• [What the task asks]
A verbatim reproduction of the lines below, from the line containing "#119=ORIENTED_EDGE('',*,*,#52,.F.);" through the line containing "#149=CLOSED_SHELL('',(#37,#67,#94,#112,#124,#136,#148));", both ends included, is the whole required output.

[Recorded data — start]

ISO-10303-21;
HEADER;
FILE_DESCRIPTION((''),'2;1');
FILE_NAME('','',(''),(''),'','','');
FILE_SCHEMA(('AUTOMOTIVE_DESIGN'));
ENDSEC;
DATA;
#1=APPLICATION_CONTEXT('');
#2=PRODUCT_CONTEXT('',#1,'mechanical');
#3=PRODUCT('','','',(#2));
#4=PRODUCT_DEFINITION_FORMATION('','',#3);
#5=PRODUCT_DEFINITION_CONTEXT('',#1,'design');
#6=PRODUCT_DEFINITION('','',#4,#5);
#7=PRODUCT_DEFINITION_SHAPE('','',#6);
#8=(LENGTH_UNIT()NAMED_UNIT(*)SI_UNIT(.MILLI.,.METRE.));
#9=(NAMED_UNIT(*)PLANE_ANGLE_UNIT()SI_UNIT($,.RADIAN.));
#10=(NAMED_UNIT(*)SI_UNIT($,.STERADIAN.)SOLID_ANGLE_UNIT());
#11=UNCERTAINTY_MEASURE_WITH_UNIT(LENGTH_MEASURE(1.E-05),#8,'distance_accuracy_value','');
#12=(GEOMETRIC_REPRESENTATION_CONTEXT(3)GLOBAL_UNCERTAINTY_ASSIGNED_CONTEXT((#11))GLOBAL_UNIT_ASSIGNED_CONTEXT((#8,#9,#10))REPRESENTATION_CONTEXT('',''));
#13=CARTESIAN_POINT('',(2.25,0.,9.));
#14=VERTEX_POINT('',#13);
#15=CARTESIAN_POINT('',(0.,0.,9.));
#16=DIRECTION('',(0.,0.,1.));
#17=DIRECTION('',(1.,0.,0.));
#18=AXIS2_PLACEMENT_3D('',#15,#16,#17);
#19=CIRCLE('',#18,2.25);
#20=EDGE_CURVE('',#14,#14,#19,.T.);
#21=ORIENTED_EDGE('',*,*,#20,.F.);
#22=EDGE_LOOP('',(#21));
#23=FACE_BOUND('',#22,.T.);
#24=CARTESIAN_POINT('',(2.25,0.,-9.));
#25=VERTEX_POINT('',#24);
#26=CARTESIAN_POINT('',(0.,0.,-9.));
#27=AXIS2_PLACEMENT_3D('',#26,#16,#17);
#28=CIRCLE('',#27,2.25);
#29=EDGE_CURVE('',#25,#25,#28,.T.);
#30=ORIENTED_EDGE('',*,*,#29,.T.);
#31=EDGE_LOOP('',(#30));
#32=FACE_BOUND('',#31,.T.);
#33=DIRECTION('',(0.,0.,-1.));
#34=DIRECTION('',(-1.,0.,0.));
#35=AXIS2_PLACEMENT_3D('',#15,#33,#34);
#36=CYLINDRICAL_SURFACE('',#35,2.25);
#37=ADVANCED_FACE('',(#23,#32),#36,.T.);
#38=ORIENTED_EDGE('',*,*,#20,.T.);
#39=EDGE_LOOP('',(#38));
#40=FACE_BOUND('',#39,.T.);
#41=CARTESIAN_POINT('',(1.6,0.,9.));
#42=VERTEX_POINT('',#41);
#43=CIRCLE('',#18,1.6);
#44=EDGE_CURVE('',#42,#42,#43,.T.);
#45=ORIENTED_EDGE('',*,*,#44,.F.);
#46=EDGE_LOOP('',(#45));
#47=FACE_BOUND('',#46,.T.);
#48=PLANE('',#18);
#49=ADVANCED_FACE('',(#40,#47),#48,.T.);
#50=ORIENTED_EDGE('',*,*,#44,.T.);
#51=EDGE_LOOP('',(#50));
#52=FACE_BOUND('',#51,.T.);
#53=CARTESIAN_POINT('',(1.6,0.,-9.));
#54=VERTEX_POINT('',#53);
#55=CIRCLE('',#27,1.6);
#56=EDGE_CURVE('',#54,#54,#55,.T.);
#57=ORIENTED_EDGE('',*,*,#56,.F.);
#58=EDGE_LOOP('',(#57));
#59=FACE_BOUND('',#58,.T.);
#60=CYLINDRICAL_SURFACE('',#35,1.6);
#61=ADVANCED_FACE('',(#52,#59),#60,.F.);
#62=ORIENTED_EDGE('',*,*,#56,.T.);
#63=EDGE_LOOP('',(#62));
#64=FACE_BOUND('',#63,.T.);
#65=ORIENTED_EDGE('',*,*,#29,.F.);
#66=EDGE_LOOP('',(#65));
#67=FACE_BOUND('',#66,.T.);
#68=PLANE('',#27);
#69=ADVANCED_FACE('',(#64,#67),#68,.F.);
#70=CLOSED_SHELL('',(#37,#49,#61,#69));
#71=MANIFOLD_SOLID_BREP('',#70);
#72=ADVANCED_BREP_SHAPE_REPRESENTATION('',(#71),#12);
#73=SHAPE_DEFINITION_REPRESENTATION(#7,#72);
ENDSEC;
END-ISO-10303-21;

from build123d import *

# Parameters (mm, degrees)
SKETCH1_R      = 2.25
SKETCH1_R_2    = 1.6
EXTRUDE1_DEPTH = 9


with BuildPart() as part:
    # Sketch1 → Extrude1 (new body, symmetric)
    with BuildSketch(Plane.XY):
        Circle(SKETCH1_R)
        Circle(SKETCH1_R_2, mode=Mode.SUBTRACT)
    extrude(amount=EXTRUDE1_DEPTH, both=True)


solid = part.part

[Recorded data — finish]
[Recorded data — start]

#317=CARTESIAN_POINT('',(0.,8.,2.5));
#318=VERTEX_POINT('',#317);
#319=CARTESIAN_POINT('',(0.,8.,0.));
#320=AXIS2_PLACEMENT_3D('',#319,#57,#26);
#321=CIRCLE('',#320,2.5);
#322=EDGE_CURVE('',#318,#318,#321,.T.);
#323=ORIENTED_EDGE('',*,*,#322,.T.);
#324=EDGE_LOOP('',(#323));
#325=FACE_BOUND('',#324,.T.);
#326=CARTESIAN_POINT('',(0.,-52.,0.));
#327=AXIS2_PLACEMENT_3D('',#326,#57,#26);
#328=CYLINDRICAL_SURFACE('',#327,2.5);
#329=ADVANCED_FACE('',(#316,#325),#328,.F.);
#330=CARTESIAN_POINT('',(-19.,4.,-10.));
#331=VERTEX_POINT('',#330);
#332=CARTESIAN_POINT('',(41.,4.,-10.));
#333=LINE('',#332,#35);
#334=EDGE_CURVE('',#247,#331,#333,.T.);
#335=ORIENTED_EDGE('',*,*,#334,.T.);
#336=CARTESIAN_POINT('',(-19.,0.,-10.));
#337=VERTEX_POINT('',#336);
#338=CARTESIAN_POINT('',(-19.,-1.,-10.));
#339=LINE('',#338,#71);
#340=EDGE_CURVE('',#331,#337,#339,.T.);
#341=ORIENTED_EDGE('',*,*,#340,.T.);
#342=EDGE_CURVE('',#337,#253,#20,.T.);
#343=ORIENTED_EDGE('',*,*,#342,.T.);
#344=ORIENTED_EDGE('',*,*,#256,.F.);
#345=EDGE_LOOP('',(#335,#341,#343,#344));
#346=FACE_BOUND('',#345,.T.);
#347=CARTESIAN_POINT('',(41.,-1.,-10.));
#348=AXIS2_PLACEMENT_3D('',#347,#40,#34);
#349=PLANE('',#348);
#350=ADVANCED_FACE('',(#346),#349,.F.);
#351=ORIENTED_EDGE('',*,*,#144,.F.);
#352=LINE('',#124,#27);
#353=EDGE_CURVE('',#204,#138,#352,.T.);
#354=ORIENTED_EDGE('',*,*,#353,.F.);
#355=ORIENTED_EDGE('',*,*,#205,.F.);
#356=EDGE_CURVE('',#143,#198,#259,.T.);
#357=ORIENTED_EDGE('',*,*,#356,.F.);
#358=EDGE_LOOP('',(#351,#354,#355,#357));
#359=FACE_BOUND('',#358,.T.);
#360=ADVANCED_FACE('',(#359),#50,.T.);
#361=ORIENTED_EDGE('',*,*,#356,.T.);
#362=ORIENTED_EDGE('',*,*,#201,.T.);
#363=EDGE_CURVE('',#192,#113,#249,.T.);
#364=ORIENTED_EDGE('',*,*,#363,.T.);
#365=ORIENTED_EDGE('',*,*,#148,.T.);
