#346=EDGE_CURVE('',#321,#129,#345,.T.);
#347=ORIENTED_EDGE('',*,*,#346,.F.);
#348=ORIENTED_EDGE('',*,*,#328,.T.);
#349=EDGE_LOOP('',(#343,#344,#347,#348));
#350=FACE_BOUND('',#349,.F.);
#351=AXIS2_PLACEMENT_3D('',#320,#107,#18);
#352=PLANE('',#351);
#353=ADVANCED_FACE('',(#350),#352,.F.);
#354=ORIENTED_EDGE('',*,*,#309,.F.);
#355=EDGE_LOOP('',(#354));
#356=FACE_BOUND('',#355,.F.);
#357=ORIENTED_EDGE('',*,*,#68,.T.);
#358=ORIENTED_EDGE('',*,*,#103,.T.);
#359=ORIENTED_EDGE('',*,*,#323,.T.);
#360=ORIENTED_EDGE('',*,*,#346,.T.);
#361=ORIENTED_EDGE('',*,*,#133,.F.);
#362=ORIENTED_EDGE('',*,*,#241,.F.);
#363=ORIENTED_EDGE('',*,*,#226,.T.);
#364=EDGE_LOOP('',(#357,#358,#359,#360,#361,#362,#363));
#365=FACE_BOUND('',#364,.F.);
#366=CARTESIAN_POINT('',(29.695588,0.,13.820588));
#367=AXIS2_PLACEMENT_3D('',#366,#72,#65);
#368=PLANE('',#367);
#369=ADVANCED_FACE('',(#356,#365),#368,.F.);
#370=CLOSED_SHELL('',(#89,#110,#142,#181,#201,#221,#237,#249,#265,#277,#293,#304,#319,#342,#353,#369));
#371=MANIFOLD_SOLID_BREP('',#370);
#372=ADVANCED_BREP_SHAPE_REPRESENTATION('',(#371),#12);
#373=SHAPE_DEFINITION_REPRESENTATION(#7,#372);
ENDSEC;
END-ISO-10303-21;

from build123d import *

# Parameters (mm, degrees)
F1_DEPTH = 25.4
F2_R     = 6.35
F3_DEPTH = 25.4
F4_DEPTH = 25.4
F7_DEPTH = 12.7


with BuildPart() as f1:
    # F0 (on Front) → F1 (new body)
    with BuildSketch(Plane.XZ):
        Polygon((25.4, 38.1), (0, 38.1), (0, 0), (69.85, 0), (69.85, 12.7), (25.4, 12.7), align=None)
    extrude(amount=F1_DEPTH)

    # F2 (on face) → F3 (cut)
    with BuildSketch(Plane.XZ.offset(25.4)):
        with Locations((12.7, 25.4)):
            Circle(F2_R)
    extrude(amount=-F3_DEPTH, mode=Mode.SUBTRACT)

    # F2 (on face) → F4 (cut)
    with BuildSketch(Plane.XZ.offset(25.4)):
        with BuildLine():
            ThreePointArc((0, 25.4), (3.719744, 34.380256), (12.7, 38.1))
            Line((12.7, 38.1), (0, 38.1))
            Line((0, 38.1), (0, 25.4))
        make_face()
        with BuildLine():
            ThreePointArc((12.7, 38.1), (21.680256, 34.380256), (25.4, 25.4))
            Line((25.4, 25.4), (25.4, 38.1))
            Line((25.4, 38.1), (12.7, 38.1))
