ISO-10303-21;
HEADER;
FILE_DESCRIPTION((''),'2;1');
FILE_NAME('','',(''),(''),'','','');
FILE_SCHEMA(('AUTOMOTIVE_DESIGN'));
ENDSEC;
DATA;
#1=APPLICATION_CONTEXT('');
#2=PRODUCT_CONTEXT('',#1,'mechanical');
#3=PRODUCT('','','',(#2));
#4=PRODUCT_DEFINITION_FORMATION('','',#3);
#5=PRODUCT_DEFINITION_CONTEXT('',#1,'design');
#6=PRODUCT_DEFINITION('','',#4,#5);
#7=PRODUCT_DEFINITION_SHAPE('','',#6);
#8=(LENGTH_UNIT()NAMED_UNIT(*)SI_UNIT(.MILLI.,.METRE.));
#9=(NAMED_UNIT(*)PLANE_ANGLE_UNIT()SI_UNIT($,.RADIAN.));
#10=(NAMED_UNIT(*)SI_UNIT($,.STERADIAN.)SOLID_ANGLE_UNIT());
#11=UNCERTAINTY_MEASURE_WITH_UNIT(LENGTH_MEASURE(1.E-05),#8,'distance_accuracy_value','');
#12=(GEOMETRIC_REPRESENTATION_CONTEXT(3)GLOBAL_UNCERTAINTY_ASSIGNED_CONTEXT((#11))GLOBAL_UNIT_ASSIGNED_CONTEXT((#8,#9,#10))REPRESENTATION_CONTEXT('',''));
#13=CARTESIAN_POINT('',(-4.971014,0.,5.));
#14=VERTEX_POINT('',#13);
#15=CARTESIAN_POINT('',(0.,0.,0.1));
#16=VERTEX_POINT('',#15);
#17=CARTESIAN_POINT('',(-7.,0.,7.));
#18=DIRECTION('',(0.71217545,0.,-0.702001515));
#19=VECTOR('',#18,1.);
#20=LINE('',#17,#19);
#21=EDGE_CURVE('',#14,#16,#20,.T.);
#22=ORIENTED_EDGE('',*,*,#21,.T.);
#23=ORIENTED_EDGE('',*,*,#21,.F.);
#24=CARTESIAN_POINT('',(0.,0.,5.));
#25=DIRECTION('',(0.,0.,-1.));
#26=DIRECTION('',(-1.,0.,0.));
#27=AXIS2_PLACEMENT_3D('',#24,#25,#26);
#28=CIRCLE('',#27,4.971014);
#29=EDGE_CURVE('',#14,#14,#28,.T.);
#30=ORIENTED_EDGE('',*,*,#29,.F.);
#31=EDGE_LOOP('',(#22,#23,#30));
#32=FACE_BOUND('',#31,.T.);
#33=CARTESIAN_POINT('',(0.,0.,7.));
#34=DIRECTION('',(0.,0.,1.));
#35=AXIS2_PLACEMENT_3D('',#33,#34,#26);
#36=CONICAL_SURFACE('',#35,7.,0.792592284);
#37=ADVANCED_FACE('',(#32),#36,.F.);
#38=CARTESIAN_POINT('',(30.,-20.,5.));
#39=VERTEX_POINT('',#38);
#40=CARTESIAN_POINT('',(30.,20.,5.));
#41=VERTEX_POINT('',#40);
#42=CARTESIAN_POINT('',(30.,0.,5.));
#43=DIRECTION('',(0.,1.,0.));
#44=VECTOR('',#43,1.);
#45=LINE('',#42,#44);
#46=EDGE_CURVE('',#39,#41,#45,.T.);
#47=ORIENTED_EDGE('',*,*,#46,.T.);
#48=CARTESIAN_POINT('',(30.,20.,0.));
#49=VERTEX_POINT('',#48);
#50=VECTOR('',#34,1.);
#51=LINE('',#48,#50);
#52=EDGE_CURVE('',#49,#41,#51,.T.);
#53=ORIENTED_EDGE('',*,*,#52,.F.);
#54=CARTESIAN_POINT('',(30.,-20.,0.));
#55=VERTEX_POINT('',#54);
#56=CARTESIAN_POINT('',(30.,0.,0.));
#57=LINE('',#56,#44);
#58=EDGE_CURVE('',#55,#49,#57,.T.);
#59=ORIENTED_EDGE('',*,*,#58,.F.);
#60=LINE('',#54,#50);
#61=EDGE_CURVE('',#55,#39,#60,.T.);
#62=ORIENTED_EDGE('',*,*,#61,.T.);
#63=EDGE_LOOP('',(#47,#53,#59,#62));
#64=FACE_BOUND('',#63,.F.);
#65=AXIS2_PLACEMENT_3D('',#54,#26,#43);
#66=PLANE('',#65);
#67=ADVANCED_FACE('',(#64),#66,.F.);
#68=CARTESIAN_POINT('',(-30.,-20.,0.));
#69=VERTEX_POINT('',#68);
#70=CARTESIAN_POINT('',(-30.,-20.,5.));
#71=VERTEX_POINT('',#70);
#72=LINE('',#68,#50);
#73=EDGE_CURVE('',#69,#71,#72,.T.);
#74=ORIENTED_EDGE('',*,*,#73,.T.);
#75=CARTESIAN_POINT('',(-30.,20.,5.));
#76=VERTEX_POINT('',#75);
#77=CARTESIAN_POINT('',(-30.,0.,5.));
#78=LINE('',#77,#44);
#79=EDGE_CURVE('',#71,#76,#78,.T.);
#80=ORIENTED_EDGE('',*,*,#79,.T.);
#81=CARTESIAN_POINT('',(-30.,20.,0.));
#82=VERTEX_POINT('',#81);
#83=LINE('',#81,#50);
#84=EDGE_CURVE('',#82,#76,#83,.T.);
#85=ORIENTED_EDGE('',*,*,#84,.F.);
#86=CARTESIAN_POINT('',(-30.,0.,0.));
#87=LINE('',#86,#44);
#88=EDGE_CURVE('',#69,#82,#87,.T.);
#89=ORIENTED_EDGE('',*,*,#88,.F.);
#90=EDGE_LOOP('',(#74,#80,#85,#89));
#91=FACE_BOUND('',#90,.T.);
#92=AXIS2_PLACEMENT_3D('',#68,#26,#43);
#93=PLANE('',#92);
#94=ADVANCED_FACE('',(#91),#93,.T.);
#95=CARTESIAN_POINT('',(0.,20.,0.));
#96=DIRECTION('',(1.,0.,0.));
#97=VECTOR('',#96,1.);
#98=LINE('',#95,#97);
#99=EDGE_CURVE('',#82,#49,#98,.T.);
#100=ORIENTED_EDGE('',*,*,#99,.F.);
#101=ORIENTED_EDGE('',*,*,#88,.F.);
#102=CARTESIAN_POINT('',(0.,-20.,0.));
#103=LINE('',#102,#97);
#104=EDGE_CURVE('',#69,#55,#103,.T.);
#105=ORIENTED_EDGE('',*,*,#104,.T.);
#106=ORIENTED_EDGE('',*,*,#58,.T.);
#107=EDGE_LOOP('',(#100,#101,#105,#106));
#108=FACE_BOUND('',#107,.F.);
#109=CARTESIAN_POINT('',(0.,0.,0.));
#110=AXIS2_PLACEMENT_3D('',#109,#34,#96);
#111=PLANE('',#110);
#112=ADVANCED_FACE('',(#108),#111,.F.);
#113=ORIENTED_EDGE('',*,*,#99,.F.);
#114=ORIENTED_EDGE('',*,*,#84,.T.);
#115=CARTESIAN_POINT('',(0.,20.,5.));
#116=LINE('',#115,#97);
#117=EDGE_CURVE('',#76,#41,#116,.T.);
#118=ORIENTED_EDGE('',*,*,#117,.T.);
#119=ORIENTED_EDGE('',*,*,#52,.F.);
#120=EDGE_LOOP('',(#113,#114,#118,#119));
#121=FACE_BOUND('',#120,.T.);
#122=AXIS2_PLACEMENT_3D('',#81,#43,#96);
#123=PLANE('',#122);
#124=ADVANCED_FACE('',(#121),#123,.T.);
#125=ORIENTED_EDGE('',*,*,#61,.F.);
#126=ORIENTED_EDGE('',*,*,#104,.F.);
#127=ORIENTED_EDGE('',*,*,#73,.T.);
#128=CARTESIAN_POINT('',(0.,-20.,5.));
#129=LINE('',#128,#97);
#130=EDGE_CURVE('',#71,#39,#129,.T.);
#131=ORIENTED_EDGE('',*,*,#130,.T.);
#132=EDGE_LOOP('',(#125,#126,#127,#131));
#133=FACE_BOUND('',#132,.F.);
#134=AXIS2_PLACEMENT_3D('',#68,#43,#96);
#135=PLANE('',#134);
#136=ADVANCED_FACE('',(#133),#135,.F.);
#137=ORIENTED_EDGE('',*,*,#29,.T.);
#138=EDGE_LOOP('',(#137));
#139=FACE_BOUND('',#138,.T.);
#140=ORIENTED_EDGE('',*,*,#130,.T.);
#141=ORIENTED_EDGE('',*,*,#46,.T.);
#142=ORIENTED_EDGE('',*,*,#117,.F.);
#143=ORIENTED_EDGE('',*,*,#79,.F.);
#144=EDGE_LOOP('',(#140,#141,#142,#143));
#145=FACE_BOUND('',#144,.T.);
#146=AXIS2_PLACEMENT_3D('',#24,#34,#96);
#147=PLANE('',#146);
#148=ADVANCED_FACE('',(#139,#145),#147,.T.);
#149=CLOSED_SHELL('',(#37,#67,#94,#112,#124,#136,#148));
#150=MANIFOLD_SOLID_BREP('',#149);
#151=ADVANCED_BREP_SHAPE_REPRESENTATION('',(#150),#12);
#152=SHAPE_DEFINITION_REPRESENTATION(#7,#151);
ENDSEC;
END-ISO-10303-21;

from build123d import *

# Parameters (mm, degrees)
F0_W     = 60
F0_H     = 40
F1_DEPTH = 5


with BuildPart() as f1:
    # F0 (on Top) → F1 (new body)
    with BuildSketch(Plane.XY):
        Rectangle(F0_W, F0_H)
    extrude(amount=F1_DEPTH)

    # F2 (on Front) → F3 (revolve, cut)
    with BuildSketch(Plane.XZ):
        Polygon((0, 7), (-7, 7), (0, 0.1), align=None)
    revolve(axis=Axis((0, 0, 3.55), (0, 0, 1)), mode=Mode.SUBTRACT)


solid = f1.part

[Recorded data — finish]

• [Task result]
#119=ORIENTED_EDGE('',*,*,#52,.F.);
#120=EDGE_LOOP('',(#113,#114,#118,#119));
#121=FACE_BOUND('',#120,.T.);
#122=AXIS2_PLACEMENT_3D('',#81,#43,#96);
#123=PLANE('',#122);
#124=ADVANCED_FACE('',(#121),#123,.T.);
#125=ORIENTED_EDGE('',*,*,#61,.F.);
#126=ORIENTED_EDGE('',*,*,#104,.F.);
#127=ORIENTED_EDGE('',*,*,#73,.T.);
#128=CARTESIAN_POINT('',(0.,-20.,5.));
#129=LINE('',#128,#97);
#130=EDGE_CURVE('',#71,#39,#129,.T.);
#131=ORIENTED_EDGE('',*,*,#130,.T.);
#132=EDGE_LOOP('',(#125,#126,#127,#131));
#133=FACE_BOUND('',#132,.F.);
#134=AXIS2_PLACEMENT_3D('',#68,#43,#96);
#135=PLANE('',#134);
#136=ADVANCED_FACE('',(#133),#135,.F.);
#137=ORIENTED_EDGE('',*,*,#29,.T.);
#138=EDGE_LOOP('',(#137));
#139=FACE_BOUND('',#138,.T.);
#140=ORIENTED_EDGE('',*,*,#130,.T.);
#141=ORIENTED_EDGE('',*,*,#46,.T.);
#142=ORIENTED_EDGE('',*,*,#117,.F.);
#143=ORIENTED_EDGE('',*,*,#79,.F.);
#144=EDGE_LOOP('',(#140,#141,#142,#143));
#145=FACE_BOUND('',#144,.T.);
#146=AXIS2_PLACEMENT_3D('',#24,#34,#96);
#147=PLANE('',#146);
#148=ADVANCED_FACE('',(#139,#145),#147,.T.);
#149=CLOSED_SHELL('',(#37,#67,#94,#112,#124,#136,#148));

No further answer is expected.